I'm sure this is trollery

But the frightening thing is that in the UK in 2010 there are still people who think that a mother's place is in the home ...

scottishmummy · 25/06/2010 18:52

up to her.if she wants to return to career she loves she weighs up pro/cons with her dh. you are not impartial at all.emotive and judgey terms like "her incredible selfishness" sure are give away

butt out sister

sockadoodledo · 25/06/2010 18:53

What utter bollocks Not much I can add apart from relating this to my own life.

I guess the OP would judge me for daring to be laid low with cancer for months. Going from full time SAHM who spent every second with them to very rarely seeing them when I was getting treatments, in hospital, asleep or not able to see them as they had colds etc.
My poor kids having to suddenly have their dad around more than they were used to and a brand new full time nanny.

Kids are adaptable fgs!

Caoimhe · 25/06/2010 18:53

Thanks BoysAreLikeDogs (sorry for calling you BALD BTW)!!!!
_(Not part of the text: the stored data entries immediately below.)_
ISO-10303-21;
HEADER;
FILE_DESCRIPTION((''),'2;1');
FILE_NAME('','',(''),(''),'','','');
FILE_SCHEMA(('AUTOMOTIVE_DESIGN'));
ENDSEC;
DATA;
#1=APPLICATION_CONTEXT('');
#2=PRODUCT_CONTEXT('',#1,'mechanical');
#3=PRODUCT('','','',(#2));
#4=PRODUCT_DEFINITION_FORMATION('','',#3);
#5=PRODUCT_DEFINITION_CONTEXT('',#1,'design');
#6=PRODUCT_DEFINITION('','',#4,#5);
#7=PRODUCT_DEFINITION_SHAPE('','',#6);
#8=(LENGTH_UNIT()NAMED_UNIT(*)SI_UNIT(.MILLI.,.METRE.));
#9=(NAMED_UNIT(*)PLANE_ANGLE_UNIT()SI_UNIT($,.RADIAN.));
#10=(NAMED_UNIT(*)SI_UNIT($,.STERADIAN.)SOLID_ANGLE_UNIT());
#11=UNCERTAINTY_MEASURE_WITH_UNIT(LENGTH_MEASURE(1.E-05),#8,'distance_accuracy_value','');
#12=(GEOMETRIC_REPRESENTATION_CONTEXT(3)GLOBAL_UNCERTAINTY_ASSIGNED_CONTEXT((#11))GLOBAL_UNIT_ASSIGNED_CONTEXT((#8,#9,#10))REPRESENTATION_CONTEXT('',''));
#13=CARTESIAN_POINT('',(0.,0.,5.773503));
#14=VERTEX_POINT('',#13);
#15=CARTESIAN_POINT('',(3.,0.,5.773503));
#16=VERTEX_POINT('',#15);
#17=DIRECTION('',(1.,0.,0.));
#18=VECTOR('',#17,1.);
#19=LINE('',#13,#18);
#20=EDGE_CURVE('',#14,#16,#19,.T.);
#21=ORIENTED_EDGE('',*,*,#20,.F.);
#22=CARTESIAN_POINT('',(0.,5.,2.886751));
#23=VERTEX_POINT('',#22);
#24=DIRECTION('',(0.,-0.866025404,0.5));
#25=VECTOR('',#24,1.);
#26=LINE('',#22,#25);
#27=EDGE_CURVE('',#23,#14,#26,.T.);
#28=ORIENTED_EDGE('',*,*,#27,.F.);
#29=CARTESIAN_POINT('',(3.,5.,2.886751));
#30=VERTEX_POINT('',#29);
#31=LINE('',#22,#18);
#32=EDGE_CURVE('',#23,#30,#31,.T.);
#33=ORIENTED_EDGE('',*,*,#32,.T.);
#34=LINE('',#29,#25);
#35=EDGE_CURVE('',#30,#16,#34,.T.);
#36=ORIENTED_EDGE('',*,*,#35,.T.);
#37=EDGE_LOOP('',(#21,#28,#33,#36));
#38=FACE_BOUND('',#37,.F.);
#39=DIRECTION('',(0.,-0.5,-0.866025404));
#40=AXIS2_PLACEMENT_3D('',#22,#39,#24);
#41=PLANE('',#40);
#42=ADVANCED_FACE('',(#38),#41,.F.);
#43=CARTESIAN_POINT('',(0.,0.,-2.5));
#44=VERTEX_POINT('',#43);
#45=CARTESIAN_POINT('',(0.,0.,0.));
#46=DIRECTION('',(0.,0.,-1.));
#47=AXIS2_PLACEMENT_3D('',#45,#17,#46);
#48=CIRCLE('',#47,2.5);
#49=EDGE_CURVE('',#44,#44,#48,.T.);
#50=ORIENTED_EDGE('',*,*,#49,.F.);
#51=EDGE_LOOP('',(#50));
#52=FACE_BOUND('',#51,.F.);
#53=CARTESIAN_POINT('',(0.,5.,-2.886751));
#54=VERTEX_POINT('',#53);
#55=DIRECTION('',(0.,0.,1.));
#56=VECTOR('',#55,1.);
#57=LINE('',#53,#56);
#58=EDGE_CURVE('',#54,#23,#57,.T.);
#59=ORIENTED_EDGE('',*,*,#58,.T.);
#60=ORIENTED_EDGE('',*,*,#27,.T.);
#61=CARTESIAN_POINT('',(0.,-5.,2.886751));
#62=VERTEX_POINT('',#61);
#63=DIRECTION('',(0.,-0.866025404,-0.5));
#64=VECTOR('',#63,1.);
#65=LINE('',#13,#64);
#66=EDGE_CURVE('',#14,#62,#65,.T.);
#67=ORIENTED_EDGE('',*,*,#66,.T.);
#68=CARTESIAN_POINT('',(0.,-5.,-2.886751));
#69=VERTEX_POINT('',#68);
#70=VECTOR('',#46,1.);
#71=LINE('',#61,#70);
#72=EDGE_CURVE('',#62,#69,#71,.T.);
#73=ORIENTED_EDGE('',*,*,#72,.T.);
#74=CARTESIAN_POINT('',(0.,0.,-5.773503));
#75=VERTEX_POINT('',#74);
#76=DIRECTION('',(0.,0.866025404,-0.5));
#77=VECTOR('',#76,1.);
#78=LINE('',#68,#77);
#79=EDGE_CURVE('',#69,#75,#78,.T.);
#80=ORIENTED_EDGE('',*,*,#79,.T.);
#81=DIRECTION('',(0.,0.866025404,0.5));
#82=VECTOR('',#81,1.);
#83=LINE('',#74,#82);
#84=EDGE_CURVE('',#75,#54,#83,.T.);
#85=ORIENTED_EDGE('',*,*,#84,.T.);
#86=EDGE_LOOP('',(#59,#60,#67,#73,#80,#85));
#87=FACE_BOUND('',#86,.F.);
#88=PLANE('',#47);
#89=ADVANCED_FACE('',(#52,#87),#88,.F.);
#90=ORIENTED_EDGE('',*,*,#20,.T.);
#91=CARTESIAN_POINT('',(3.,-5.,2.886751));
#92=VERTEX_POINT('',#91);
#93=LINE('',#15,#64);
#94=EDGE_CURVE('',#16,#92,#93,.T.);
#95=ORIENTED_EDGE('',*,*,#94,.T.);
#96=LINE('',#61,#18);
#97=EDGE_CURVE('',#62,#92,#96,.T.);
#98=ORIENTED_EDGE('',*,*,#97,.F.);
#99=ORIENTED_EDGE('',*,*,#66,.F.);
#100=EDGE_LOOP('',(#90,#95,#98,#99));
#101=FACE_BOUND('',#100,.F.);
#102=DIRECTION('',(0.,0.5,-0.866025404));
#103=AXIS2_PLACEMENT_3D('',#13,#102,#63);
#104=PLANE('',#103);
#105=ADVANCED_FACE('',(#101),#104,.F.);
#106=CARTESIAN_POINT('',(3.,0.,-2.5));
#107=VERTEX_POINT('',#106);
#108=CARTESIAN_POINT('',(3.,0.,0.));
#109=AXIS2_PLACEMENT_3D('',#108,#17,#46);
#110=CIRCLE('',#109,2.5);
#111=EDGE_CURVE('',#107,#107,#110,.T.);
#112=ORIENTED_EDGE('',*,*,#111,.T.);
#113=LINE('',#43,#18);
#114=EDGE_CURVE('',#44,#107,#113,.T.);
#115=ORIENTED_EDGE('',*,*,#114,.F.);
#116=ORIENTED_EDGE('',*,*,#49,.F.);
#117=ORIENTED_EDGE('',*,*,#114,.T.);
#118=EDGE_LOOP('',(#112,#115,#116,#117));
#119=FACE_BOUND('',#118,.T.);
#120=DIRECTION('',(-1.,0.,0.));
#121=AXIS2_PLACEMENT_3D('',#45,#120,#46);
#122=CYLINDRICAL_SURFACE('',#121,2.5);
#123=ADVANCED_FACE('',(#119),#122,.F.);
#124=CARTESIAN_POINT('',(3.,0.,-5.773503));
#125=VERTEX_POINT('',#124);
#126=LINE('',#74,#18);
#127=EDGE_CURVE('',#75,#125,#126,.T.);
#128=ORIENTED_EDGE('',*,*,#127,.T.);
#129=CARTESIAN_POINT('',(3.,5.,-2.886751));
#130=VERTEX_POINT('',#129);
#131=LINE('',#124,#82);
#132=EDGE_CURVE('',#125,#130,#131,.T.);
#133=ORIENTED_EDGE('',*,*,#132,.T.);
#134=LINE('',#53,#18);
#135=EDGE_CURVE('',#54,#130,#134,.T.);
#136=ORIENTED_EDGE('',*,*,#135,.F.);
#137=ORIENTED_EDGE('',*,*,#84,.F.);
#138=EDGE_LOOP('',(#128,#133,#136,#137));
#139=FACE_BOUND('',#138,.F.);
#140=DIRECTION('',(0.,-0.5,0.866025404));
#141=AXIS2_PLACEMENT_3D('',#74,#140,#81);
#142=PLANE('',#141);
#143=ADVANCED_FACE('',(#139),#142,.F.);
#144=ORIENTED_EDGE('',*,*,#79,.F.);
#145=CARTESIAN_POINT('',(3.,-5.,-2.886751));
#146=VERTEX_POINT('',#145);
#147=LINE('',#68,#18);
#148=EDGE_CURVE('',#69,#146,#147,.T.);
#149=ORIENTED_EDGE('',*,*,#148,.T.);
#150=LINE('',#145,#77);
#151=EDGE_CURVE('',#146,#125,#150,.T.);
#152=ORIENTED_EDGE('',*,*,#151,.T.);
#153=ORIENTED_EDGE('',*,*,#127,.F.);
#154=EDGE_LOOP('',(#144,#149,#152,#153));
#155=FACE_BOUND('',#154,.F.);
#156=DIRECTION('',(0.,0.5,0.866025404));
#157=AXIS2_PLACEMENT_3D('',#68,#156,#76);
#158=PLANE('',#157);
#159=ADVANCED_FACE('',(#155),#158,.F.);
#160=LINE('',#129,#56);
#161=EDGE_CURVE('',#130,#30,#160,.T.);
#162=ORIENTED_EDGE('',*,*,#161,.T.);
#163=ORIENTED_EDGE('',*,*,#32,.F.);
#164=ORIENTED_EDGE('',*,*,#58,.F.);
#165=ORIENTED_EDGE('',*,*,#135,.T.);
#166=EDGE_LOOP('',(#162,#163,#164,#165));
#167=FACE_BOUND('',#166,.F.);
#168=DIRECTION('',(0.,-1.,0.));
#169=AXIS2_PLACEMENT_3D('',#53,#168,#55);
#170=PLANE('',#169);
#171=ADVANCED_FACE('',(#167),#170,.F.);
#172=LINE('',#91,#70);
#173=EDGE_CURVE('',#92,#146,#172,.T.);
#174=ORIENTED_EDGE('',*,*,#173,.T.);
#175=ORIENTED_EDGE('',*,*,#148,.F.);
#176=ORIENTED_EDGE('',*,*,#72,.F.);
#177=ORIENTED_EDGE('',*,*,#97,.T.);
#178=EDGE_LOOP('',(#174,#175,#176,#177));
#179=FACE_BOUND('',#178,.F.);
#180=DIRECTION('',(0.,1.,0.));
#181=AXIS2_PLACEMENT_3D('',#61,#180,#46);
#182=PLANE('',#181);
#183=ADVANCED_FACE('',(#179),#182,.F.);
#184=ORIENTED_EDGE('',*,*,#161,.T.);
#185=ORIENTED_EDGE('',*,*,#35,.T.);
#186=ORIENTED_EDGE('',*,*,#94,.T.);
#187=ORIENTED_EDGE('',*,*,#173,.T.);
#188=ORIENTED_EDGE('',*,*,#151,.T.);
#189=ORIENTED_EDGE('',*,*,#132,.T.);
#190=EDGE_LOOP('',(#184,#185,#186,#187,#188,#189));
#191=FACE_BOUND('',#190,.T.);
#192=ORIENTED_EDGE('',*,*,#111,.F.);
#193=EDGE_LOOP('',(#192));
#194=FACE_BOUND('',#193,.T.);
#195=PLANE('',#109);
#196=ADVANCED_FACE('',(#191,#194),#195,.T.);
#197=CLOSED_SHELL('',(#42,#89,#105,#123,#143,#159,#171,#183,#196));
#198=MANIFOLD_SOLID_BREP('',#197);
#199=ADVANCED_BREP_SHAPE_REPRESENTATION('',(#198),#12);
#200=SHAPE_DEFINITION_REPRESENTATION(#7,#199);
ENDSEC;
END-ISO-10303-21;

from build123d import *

# Parameters (mm, degrees)
SKETCH1_R           = 2.5
BOSS_EXTRUDE1_DEPTH = 3


with BuildPart() as part:
    # Sketch1 → Boss-Extrude1 (new body)
    with BuildSketch(Plane(origin=(0, 0, 0), x_dir=(0, 0, -1), z_dir=(1, 0, 0))):
        Polygon((5.773502692, 0), (2.886751346, 5), (-2.886751346, 5), (-5.773502692, 0), (-2.886751346, -5), (2.886751346, -5), align=None)
        Circle(SKETCH1_R, mode=Mode.SUBTRACT)
    extrude(amount=BOSS_EXTRUDE1_DEPTH)


solid = part.part
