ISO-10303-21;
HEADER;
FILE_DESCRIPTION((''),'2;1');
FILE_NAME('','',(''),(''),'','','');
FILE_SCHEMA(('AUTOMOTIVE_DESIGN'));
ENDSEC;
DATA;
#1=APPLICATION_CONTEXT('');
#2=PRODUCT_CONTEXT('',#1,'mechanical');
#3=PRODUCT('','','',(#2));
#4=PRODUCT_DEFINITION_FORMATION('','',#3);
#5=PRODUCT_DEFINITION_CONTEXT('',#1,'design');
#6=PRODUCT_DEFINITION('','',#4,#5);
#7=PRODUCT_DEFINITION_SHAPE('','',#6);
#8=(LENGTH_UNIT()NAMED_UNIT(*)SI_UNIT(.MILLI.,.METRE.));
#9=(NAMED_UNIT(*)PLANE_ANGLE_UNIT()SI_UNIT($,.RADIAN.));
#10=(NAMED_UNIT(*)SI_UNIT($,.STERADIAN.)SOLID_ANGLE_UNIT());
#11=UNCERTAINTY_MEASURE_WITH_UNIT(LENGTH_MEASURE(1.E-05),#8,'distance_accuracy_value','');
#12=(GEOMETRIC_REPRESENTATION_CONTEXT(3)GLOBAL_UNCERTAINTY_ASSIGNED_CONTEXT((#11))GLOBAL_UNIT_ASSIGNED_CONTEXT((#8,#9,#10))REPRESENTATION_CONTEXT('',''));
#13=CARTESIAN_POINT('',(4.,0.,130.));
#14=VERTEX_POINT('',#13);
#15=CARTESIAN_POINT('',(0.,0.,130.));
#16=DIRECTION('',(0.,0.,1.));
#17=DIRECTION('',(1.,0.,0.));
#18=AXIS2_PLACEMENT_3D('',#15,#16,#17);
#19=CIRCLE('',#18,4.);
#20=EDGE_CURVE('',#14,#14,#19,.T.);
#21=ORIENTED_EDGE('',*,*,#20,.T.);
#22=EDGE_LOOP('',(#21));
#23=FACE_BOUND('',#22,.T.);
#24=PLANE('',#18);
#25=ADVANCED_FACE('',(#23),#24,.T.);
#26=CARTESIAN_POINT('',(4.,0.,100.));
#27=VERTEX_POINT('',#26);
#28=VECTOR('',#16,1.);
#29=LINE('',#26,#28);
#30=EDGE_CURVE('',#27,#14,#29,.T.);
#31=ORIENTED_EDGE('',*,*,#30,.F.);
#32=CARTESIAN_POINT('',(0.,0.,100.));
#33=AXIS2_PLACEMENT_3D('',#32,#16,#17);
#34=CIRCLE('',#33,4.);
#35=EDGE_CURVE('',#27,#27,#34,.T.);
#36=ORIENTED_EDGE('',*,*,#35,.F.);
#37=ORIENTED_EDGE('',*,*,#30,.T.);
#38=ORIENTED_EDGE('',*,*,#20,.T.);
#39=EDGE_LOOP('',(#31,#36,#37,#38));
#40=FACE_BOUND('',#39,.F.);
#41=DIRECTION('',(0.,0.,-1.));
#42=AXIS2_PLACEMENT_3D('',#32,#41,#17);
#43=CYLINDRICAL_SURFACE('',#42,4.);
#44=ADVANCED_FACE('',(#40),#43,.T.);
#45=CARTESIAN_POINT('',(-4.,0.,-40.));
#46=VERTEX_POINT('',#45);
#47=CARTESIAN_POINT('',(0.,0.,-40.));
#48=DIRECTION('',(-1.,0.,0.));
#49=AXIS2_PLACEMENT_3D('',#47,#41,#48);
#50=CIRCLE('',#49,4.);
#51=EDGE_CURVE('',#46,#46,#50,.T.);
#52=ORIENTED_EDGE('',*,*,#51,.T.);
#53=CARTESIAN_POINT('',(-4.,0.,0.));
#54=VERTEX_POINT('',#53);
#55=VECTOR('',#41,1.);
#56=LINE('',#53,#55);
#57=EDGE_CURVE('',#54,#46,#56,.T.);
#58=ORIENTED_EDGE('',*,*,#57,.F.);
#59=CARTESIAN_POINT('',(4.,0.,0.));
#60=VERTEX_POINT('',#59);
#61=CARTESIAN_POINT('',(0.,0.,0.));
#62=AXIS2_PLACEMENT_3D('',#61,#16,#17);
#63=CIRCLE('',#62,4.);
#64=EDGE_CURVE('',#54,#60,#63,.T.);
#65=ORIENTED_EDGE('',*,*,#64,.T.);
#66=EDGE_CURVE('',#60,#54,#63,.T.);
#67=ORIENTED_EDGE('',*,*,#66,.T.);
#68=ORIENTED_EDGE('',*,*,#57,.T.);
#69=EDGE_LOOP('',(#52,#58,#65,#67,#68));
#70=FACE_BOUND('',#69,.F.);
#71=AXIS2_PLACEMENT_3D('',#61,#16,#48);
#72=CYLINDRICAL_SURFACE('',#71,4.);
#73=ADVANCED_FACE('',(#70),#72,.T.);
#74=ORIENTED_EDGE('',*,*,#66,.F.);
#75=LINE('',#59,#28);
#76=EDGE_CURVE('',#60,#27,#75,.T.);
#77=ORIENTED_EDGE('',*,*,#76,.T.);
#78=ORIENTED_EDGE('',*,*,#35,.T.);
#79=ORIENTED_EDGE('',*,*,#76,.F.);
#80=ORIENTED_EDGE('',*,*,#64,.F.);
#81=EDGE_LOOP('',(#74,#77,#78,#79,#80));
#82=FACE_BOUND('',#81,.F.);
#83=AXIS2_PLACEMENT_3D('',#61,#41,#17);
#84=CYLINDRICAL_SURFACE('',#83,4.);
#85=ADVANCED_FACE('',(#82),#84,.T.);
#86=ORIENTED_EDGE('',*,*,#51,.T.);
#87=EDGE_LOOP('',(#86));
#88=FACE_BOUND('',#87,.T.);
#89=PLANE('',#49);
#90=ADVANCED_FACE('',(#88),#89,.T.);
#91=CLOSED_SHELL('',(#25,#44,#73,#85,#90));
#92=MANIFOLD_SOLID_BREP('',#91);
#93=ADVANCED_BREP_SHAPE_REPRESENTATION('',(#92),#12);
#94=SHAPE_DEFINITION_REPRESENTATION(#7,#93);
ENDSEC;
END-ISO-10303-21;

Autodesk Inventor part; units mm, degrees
ref_plane "YZ Plane" through (0, 0, 0) normal (1, 0, 0) x (0, 1, 0)
ref_plane "XZ Plane" through (0, 0, 0) normal (0, 1, 0) x (-1, 0, 0)
ref_plane "XY Plane" through (0, 0, 0) normal (0, 0, 1) x (1, 0, 0)
sketch "スケッチ1" plane through (0, 0, 0) normal (0, 0, 1) x (1, 0, 0)
  circle A0 centre (0, 0) radius 4
  dimension "d0" = 8
extrude "押し出し1" add sketch "スケッチ1" along normal blind 100
sketch "スケッチ2" plane through (0, 0, 100) normal (0, 0, 1) x (1, 0, 0)
  circle A0 centre (0, 0) radius 4
sketch "スケッチ3" plane through (0, 0, 0) normal (0, 0, -1) x (-1, 0, 0)
  circle A0 centre (0, 0) radius 4
extrude "押し出し3" add sketch "スケッチ3" along normal blind 40
extrude "押し出し4" add sketch "スケッチ2" along normal blind 30
properties part number "8mm軸_1"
My ds wants to join the navy so I'm really interested in anything about it! Sadly I don't have a dd or I'd be encouraging her to consider it as a career too!

Yes OP the modern world seems to have left you behind (in the Dark Ages).

RedBlueRed · 25/06/2010 18:54

"I'm not against working Mums..." Well isn't that big of you?
That is such a skin crawlingly stupid thing to write.

It is really none of your business 'how this will work' either. It is down to your friend and her husband to work out between them how it will work best for them and for their children.

I pity your friend for thinking she can confide in you and expect an objective and supportive response. You might not have told her about your prejudices but I'd bet your judgey pants VPL was on show for all to see.

scottishmummy · 25/06/2010 18:55

judgey pants VPL.LOL v funny

toccatanfudge · 25/06/2010 18:58

exactly sockadoodle - and obviously your sudden "absence" from their lives wasn't even planned. The OP's friend is planning this with over 2yrs to go before she may be away!

sarah293 · 25/06/2010 18:59

This reply has been deleted

Message withdrawn

Sidge · 25/06/2010 19:04

What a stunning display of lack of knowledge as to what a service career involves.

Playing with guns, swanning off,

I suggest before you slate your 'friend' (and you don't sound very friendly) then swot up on exactly what her lifestyle would involve.

There are dozens of trades/professions in the Navy - some involve long deployments, some don't. Some involve weapons handling, some don't.

Just for comparison - I did 7 years service and never left Portsmouth (well I went around the Isle of Wight but that doesn't really count).

My good friend has done 18 years this year and will have her first 'hot' deployment next year when she will have to leave her children with their dad for 3 months.